# Plant ID, calling all Cavans



## jetajockey (Nov 11, 2010)

Any idea on this one? I"m stumped, found it floating one day in a tank that has had all kinds of traffic including a lot of native plants and fish, so no telling where it came from. It started out as 3 little leaves that turned red floating under some t8s, potted it and 3 months later it's grown out quite well via aquaponics.


----------



## Cavan Allen (Jul 22, 2004)

That's a _Hypericum_ (St. John's wort- family Hypericaceae, formerly Clusiaceae). Identifying it to species isn't possible yet, but if you let it go you'll probably get flowers/fruit later. Where are you?

I found what was probably _H. ellipticum_ in CT a while back and kept it going submersed for a while. I don't think that's what you have, but a few are possibly suitable, including _H. boreale_, though the latter might not like warmer water.


----------



## jetajockey (Nov 11, 2010)

Thanks man you are a plant genie.

I'm in the florida panhandle. I have a little bit of it submersed now for about a week and the new growth looks very narrow and lanky.


----------



## Lakeplants (Feb 21, 2011)

_Hypericum boreale_ immediately came to mind when I saw the first photo. The genus is certainly right - I don't know enough about the native species of _Hypericum_ in Florida though.


----------



## Cavan Allen (Jul 22, 2004)

Lakeplants said:


> _Hypericum boreale_ immediately came to mind when I saw the first photo. The genus is certainly right - I don't know enough about the native species of _Hypericum_ in Florida though.


That's what I thought of too; I don't think there are a great many with parallel veins. But he's way out of range. The Florida panhandle is great for other things though!


----------



## asukawashere (Mar 11, 2009)

Cavan Allen said:


> I found what was probably _H. ellipticum_ in CT a while back and kept it going submersed for a while.
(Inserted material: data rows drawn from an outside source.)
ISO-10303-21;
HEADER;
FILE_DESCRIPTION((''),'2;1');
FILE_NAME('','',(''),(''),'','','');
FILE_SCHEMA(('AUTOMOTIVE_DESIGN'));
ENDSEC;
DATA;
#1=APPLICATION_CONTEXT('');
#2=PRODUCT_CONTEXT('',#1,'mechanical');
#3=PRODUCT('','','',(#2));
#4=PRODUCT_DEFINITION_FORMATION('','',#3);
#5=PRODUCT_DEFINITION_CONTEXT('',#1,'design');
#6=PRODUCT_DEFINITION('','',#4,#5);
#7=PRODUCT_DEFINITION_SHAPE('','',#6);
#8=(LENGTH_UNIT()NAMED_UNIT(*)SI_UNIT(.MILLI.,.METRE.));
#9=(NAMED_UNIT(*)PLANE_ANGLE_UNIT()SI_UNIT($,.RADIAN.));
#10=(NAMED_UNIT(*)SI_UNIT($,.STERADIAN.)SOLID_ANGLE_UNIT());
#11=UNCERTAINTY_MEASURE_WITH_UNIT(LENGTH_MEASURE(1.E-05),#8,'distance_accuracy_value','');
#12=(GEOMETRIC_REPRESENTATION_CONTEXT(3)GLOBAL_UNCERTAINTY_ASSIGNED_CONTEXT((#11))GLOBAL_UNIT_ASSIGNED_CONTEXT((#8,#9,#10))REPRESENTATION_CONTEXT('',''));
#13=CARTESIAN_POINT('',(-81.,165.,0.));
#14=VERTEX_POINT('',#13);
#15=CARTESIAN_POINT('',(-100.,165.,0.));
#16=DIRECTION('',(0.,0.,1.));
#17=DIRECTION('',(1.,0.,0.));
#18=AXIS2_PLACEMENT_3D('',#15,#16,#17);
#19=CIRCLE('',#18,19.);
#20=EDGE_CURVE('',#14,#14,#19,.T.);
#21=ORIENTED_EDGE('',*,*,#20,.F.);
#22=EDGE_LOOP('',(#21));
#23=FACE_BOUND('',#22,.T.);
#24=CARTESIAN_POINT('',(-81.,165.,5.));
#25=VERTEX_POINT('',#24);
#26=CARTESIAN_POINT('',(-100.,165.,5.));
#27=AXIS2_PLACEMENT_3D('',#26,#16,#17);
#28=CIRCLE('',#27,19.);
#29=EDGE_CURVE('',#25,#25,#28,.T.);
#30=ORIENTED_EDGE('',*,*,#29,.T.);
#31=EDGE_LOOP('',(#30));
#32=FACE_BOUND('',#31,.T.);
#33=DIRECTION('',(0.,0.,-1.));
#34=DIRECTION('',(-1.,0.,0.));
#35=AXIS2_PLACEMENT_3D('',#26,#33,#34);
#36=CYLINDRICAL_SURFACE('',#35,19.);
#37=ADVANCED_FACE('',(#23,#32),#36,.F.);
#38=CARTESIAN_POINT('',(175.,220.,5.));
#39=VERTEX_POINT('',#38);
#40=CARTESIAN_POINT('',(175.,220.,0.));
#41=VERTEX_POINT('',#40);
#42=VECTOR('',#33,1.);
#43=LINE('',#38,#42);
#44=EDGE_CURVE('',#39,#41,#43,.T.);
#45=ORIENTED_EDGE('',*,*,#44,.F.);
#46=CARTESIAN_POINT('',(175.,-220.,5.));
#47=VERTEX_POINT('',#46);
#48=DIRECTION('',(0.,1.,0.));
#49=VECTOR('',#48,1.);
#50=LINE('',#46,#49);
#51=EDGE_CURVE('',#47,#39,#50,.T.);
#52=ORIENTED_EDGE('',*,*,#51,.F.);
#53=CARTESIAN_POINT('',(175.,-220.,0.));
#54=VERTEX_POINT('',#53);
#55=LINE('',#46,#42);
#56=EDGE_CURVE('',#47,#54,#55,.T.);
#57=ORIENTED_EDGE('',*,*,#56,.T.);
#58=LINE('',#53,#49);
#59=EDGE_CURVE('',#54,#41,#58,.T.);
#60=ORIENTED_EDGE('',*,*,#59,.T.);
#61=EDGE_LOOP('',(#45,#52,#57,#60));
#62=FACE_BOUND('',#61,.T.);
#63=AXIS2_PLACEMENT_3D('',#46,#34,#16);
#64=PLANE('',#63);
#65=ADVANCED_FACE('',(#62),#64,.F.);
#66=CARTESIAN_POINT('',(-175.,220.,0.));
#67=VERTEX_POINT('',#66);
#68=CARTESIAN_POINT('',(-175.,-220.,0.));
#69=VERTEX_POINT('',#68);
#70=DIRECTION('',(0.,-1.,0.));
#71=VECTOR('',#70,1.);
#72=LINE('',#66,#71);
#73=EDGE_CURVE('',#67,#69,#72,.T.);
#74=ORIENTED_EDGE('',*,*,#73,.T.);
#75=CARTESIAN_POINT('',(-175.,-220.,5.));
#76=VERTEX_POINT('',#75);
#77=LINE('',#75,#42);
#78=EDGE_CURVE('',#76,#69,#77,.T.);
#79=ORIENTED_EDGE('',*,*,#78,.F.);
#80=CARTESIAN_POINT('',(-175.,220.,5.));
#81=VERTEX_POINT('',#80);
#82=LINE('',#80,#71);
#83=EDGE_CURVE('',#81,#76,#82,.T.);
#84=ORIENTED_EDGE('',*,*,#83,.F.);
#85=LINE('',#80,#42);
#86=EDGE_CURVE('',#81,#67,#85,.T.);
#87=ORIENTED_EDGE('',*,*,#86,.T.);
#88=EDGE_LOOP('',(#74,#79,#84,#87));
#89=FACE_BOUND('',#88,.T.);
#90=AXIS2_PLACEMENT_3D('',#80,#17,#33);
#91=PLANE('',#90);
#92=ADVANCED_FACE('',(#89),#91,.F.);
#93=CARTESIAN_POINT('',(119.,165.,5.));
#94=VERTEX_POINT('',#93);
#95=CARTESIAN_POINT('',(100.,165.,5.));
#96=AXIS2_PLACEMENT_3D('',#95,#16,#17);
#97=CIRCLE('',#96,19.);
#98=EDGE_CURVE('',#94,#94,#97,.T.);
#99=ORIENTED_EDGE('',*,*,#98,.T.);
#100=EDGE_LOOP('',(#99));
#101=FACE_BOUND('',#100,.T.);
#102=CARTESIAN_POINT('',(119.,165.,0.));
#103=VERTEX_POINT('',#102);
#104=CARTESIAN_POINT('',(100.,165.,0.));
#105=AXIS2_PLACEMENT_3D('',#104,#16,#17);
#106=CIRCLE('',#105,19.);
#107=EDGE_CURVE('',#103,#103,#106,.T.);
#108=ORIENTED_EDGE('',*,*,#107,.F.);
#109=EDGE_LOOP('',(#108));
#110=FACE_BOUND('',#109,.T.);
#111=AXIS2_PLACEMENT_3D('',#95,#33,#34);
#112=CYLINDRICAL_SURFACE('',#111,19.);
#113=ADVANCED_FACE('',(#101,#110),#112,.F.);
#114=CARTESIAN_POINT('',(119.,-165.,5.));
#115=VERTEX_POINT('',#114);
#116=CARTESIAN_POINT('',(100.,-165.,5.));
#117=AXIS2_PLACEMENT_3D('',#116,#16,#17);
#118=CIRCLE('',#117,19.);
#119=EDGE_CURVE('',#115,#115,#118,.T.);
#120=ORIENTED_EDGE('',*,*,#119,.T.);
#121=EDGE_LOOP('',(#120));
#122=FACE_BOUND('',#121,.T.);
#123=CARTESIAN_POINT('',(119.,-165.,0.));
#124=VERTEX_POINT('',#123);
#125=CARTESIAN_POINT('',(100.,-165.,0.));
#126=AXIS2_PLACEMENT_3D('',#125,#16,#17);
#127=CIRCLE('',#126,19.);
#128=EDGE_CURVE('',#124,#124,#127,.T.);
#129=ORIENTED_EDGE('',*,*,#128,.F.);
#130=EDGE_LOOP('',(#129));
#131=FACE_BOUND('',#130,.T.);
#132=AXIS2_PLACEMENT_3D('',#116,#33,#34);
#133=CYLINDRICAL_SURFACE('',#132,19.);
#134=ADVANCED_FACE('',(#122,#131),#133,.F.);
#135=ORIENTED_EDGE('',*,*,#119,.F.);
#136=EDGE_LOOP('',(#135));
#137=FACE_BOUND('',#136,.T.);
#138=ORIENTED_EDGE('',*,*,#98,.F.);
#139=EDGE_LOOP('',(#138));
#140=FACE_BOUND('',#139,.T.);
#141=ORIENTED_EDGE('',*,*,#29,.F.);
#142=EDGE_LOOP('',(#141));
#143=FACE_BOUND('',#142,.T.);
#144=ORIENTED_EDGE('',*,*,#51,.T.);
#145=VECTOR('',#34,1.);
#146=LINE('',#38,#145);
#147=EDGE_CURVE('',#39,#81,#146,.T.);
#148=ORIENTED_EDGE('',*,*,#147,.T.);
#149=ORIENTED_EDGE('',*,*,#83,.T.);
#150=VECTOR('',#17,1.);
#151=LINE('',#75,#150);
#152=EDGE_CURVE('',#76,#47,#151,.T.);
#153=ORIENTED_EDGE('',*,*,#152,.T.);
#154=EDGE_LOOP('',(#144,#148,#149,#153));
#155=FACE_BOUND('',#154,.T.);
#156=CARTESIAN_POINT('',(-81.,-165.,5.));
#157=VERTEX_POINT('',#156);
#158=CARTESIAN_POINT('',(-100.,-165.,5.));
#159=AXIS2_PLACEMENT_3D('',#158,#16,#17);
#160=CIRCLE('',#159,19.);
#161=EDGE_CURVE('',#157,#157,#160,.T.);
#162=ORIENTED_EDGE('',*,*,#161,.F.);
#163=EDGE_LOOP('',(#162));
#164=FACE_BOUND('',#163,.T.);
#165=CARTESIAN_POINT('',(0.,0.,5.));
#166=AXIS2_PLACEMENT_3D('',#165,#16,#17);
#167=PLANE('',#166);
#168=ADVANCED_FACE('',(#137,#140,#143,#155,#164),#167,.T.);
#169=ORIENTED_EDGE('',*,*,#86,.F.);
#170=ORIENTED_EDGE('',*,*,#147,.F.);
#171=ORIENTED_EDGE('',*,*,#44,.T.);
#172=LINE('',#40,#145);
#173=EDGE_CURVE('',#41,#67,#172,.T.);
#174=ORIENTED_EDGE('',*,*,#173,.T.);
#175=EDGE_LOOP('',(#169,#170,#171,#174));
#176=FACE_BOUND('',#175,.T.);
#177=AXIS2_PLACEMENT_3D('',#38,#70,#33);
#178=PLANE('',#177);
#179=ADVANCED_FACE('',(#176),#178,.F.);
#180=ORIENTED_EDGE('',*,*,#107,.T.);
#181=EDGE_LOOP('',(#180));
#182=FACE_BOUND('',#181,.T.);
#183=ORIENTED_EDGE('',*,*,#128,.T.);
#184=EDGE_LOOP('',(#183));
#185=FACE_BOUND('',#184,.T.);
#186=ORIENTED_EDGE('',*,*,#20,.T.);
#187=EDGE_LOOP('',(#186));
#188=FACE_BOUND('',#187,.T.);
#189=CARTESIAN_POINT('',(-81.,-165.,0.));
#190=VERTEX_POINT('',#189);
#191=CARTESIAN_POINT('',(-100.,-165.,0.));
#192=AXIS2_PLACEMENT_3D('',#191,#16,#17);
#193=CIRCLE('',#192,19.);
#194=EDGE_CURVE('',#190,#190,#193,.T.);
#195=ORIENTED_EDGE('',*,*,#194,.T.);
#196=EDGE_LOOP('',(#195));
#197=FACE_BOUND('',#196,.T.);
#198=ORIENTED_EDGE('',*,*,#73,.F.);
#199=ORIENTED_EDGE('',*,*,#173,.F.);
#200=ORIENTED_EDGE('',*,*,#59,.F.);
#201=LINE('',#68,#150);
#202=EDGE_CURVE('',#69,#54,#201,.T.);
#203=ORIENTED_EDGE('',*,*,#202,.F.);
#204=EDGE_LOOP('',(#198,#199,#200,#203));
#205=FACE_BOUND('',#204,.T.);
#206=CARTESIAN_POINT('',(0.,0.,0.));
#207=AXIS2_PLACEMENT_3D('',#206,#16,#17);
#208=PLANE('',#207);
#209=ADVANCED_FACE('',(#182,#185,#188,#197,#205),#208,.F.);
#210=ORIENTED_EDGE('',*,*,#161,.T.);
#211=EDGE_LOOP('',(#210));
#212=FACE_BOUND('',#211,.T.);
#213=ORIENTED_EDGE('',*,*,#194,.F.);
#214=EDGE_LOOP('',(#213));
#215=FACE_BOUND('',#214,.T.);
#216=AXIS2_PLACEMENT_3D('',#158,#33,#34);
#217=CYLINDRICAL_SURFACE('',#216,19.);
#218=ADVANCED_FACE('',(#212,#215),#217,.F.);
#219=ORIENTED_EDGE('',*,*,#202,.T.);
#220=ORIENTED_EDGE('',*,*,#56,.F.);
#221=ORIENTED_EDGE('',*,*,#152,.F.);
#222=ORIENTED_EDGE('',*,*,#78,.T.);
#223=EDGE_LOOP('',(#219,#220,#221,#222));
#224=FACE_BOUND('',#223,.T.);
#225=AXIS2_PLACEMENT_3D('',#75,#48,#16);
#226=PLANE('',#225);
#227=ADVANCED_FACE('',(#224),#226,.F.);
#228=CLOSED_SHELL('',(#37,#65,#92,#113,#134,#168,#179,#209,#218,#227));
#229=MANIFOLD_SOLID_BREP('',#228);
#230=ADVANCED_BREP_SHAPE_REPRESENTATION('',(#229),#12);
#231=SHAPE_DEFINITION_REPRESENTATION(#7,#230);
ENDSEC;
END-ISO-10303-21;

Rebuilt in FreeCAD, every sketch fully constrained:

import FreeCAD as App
import Part
import Sketcher
from FreeCAD import Vector


def add_polygon(sketch, points):
    """Adds a closed chain of lines whose ends are joined by coincident constraints."""
    first, n = sketch.GeometryCount, len(points)
    for a, b in zip(points, points[1:] + points[:1]):
        sketch.addGeometry(Part.LineSegment(App.Vector(*a, 0), App.Vector(*b, 0)), False)
    for i in range(n):
        sketch.addConstraint(Sketcher.Constraint("Coincident", first + i, 2, first + (i + 1) % n, 1))

doc = App.newDocument("Part")
params = doc.addObject("Spreadsheet::Sheet", "Params")
for row, (alias, value) in enumerate([
    ("sketch1_diameter", "38 mm"),
    ("sketch1_width", "350 mm"),
    ("sketch1_height", "440 mm"),
    ("pad1_length", "5 mm"),
], start=1):
    params.set(f"A{row}", alias)
    params.set(f"B{row}", "=" + value)
    params.setAlias(f"B{row}", alias)

body = doc.addObject("PartDesign::Body", "Body")

# Sketch on XY plane
sketch1 = body.newObject("Sketcher::SketchObject", "Sketch")
sketch1.AttachmentSupport = (doc.getObject("XY_Plane"), [""])
sketch1.MapMode = "FlatFace"
add_polygon(sketch1, [(-175, 220), (-175, -220), (175, -220), (175, 220)])  # lines 0-3
sketch1.addGeometry(Part.Circle(Vector(-100, -165, 0), Vector(0, 0, 1), 19), False)  # 4
sketch1.addGeometry(Part.Circle(Vector(100, -165, 0), Vector(0, 0, 1), 19), False)  # 5
sketch1.addGeometry(Part.Circle(Vector(-100, 165, 0), Vector(0, 0, 1), 19), False)  # 6
sketch1.addGeometry(Part.Circle(Vector(100, 165, 0), Vector(0, 0, 1), 19), False)  # 7
sketch1.addConstraint([
    Sketcher.Constraint("Vertical", 0),
    Sketcher.Constraint("Horizontal", 1),
    Sketcher.Constraint("Vertical", 2),
    Sketcher.Constraint("Horizontal", 3),
    Sketcher.Constraint("Equal", 4, 5),
    Sketcher.Constraint("Equal", 5, 6),
    Sketcher.Constraint("Equal", 6, 7),
    Sketcher.Constraint("Symmetric", 5, 3, 6, 3, -1, 1),
    Sketcher.Constraint("Symmetric", 4, 3, 7, 3, -1, 1),
    Sketcher.Constraint("Symmetric", 0, 2, 2, 2, -1, 1),
    Sketcher.Constraint("Symmetric", 4, 3, 5, 3, -2),
    Sketcher.Constraint("Diameter", 4, 38.0),
    Sketcher.Constraint("DistanceX", 1, 1, 1, 2, 350.0),
    Sketcher.Constraint("DistanceY", 0, 2, 0, 1, 440.0),
    Sketcher.Constraint("DistanceX", 4, 3, -1, 1, 100.0),
    Sketcher.Constraint("DistanceY", 4, 3, -1, 1, 165.0),
])
sketch1.setExpression("Constraints[15]", "Params.sketch1_diameter")
sketch1.setExpression("Constraints[16]", "Params.sketch1_width")
sketch1.setExpression("Constraints[17]", "Params.sketch1_height")
pad1 = body.newObject("PartDesign::Pad", "Pad")
pad1.Profile = sketch1
pad1.setExpression("Length", "Params.pad1_length")

doc.recompute()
I almost always find it associated with Gratiola aurea, which probably says a lot...


----------



## jetajockey (Nov 11, 2010)

It's in full bloom now, and has gotten massive so it's going to get a huge haircut. I'll get a photo in a few minutes and post it when I get back.


----------



## jetajockey (Nov 11, 2010)

Ok here's the 3 month update photos.


----------



## herns (Aug 28, 2007)

jetajockey said:


> Thanks man you are a plant genie.


Agree!


----------



## miremonster (Mar 26, 2006)

Also in Europe there are some wetland Hypericums, e.g. H. tetrapterum or H. elodes, but I believe nobody here would come up with the idea of putting them in a tank.


----------



## asukawashere (Mar 11, 2009)

miremonster said:


> I believe nobody here would come up with the idea of putting them in a tank.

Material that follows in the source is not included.